Dipersimpangan jalan. Demikian kalau saya ingat
dan rasakan hingga saat ini. Apa itu? Memilih menjadi guru. Sewaktu pendaftaran
ke tingkat SLTA saya berhenti di titik persimpangan, apakah lurus daftar ke SMA
ataukah ke kiri daftar ke SPG? Teman-teman saya banyak yang jalan lurus.
Bimbang! Hati ingin bersama-sama teman-teman tapi pundak berat sekali. Lama
berpikir… akhirnya saya belok kiri ingat pesan guru TK dan Bapak saya agar
daftar di sekolah guru saja.
Di SPG lah saya merasakan sikap dan
perilaku yang berbeda. Berbeda dengan teman-teman yang bersekolah di SMA.
Mengapa? Awalnya saya juga kurang memperhatikan dan merasakan pembentukan
kepribadian di sekolah. Sosok calon guru SD memang berbeda dengan anak SMA yang
atraktif dan “bebas bersikap/bertindak”. Nampak kedewasaan dari siswa-siswa SPG
kala itu. Suatu saat sich kepingin berlagak kayak anak-anak SMA tapi tidak bisa
dan tidak pantas. Lalu…, ya menahan diri. Masak calon guru kayak begitu? Itulah
yang selalu muncul.
Di SPG prestasi saya cukup baik (5 besar) walaupun
tidak bisa mengalahkan teman saya bernama Paimin yang berotak encer. Bagaimana
tidak? Waktu akan ulangan Matematika saya harus belajar/latihan mati-matian.
Dia malah sebaliknya sibuk mencangkul sawah milik induk semangnya. Kemudian ia
mendapat nilai 100 sementara saya hanya mendapat nilai 85. Dua teman ranking di
atas saya tidak rekomendit. Mengapa? Ya karena tidak jujur. Bagi saya itu tidak
penting.Mengapa terbelenggu dengan nilai? Apa yang membedakan nilai 80 dan
nilai 90??? Apakah kehidupannya sudah mencerminkan dengan nilai yang diperoleh?
So wahat?
Bu Mar… guru TK saya telah menuntunku
menjadi guru. Guru yang mewariskan ilmu dan prilaku mulia kepada para siswa.
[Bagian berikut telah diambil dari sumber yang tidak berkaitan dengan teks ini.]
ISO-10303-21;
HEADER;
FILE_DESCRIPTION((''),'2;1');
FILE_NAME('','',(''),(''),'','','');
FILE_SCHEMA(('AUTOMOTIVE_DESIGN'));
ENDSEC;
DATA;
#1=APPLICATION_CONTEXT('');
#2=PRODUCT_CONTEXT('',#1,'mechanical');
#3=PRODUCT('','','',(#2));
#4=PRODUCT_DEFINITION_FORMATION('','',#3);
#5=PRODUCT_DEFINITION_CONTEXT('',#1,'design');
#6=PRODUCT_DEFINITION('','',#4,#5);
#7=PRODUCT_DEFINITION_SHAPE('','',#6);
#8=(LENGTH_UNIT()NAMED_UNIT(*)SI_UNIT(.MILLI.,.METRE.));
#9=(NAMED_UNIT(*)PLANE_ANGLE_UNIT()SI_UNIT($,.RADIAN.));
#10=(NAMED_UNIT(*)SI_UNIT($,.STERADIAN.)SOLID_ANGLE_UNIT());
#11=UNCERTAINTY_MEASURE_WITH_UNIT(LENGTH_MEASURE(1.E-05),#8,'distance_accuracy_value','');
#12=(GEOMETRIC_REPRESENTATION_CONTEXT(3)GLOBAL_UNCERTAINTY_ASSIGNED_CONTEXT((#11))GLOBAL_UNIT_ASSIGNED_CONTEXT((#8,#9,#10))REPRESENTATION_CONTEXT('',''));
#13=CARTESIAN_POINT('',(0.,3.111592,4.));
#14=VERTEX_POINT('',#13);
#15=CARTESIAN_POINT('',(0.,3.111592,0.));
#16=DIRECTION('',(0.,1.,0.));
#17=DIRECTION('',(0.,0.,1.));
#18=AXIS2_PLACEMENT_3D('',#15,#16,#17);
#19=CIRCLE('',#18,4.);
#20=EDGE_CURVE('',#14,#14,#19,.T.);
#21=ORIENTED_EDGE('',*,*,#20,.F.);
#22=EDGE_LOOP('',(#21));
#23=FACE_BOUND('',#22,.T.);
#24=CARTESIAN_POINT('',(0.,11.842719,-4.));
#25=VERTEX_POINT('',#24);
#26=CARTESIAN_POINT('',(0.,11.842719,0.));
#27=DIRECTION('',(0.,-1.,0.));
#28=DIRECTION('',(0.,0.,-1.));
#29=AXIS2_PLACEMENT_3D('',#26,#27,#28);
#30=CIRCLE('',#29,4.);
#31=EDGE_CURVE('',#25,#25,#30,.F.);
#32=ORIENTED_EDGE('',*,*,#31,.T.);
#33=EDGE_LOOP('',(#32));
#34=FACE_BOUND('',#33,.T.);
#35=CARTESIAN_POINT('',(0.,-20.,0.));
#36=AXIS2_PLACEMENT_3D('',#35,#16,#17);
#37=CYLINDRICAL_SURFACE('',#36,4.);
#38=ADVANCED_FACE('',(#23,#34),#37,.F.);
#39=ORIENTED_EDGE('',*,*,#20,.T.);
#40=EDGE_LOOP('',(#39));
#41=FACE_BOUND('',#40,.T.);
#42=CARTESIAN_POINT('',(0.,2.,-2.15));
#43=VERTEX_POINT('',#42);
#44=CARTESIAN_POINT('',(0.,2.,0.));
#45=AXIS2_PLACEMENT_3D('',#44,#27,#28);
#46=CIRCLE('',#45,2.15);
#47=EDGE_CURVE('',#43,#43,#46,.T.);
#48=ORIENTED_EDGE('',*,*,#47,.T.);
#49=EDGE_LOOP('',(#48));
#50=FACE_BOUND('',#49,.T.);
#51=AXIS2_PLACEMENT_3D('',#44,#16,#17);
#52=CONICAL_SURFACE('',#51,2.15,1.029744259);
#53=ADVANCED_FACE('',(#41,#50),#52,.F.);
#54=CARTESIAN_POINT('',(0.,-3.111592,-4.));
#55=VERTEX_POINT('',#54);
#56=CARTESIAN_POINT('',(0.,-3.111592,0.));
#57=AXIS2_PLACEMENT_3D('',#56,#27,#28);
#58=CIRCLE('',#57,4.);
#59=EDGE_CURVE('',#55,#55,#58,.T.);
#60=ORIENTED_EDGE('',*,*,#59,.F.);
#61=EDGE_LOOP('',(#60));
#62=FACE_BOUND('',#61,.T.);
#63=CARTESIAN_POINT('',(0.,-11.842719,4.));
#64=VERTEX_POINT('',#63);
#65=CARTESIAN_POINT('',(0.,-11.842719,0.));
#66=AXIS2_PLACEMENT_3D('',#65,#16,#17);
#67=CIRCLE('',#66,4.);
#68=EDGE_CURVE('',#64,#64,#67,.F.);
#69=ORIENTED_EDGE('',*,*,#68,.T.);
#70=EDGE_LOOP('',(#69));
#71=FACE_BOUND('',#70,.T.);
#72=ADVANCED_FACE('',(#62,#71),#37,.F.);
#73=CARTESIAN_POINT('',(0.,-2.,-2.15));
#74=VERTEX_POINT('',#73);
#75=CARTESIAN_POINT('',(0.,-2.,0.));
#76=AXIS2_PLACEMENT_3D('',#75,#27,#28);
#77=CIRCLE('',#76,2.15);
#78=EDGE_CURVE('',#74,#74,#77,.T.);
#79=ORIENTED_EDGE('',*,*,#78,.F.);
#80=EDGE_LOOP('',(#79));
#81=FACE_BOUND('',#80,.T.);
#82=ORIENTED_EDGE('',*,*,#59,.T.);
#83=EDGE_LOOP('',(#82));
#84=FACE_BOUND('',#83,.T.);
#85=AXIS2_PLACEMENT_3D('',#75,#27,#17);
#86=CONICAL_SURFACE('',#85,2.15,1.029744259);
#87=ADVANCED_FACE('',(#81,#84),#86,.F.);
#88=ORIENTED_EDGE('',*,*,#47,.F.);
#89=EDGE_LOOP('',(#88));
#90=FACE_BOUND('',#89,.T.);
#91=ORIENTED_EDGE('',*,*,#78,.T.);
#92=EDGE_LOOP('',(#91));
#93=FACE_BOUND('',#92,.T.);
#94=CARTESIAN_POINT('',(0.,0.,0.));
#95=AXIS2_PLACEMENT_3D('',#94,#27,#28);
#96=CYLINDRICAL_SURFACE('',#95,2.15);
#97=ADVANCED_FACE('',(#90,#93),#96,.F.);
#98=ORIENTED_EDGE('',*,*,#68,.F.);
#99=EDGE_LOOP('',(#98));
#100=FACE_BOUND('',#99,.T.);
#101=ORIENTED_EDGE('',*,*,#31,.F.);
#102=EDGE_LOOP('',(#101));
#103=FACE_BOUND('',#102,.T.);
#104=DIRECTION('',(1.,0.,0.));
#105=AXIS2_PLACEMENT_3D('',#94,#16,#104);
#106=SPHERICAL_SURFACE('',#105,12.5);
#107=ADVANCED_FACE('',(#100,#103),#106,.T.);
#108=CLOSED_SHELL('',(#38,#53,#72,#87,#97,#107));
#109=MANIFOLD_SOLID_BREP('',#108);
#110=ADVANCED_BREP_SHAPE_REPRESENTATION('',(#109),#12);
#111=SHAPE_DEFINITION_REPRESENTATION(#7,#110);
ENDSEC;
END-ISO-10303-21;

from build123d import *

# Parameters (mm, degrees)
SKIZZE3_R                       = 4
SCHNITT_LINEAR_AUSTRAGEN1_DEPTH = 20


with BuildPart() as part:
    # Skizze1 → Rotation1 (revolve)
    with BuildSketch(Plane.XY):
        with BuildLine():
            Line((0, 12.5), (0, -12.5))
            ThreePointArc((0, -12.5), (-12.5, 0), (0, 12.5))
        make_face()
    revolve(axis=Axis((0, 27.42628623, 0), (0, -1, 0)))

    # Skizze3 → Schnitt-Linear austragen1 (cut, symmetric)
    with BuildSketch(Plane(origin=(0, 0, 0), x_dir=(1, 0, 0), z_dir=(0, 1, 0))):
        Circle(SKIZZE3_R)
    extrude(amount=SCHNITT_LINEAR_AUSTRAGEN1_DEPTH, both=True, mode=Mode.SUBTRACT)

    # Skizze5 → Rotation2 (revolve)
    with BuildSketch(Plane(origin=(0, 0, 0), x_dir=(0, 0, -1), z_dir=(1, 0, 0))):
        Polygon((-2.15, 0), (-2.15, 2), (-5, 3.712452764), (-5, 0), align=None)
    rotation2 = revolve(axis=Axis((0, 0, 0), (0, 1, 0)))

    # Spiegeln1: Rotation2 across plane
    add(rotation2.mirror(Plane.ZX))


solid = part.part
Karena mereka harapan bangsa dan negara ini ke depan. Saya pun mencoba melahirkan
dan mewariskan pula guru-guru yang hebat. Lebih hebat dari lulusan guru yang
biasa saja. Alhamdulillah, para
mahasiswa saya dulu sekarang banyak menjabat menjadi wakasek dan kepala
sekolah. Semoga mereka-mereka itu lancar mengemban amanah mewariskan kebaikan
dan kecerdasan bekal hidup. Hidup dunia dan akherat.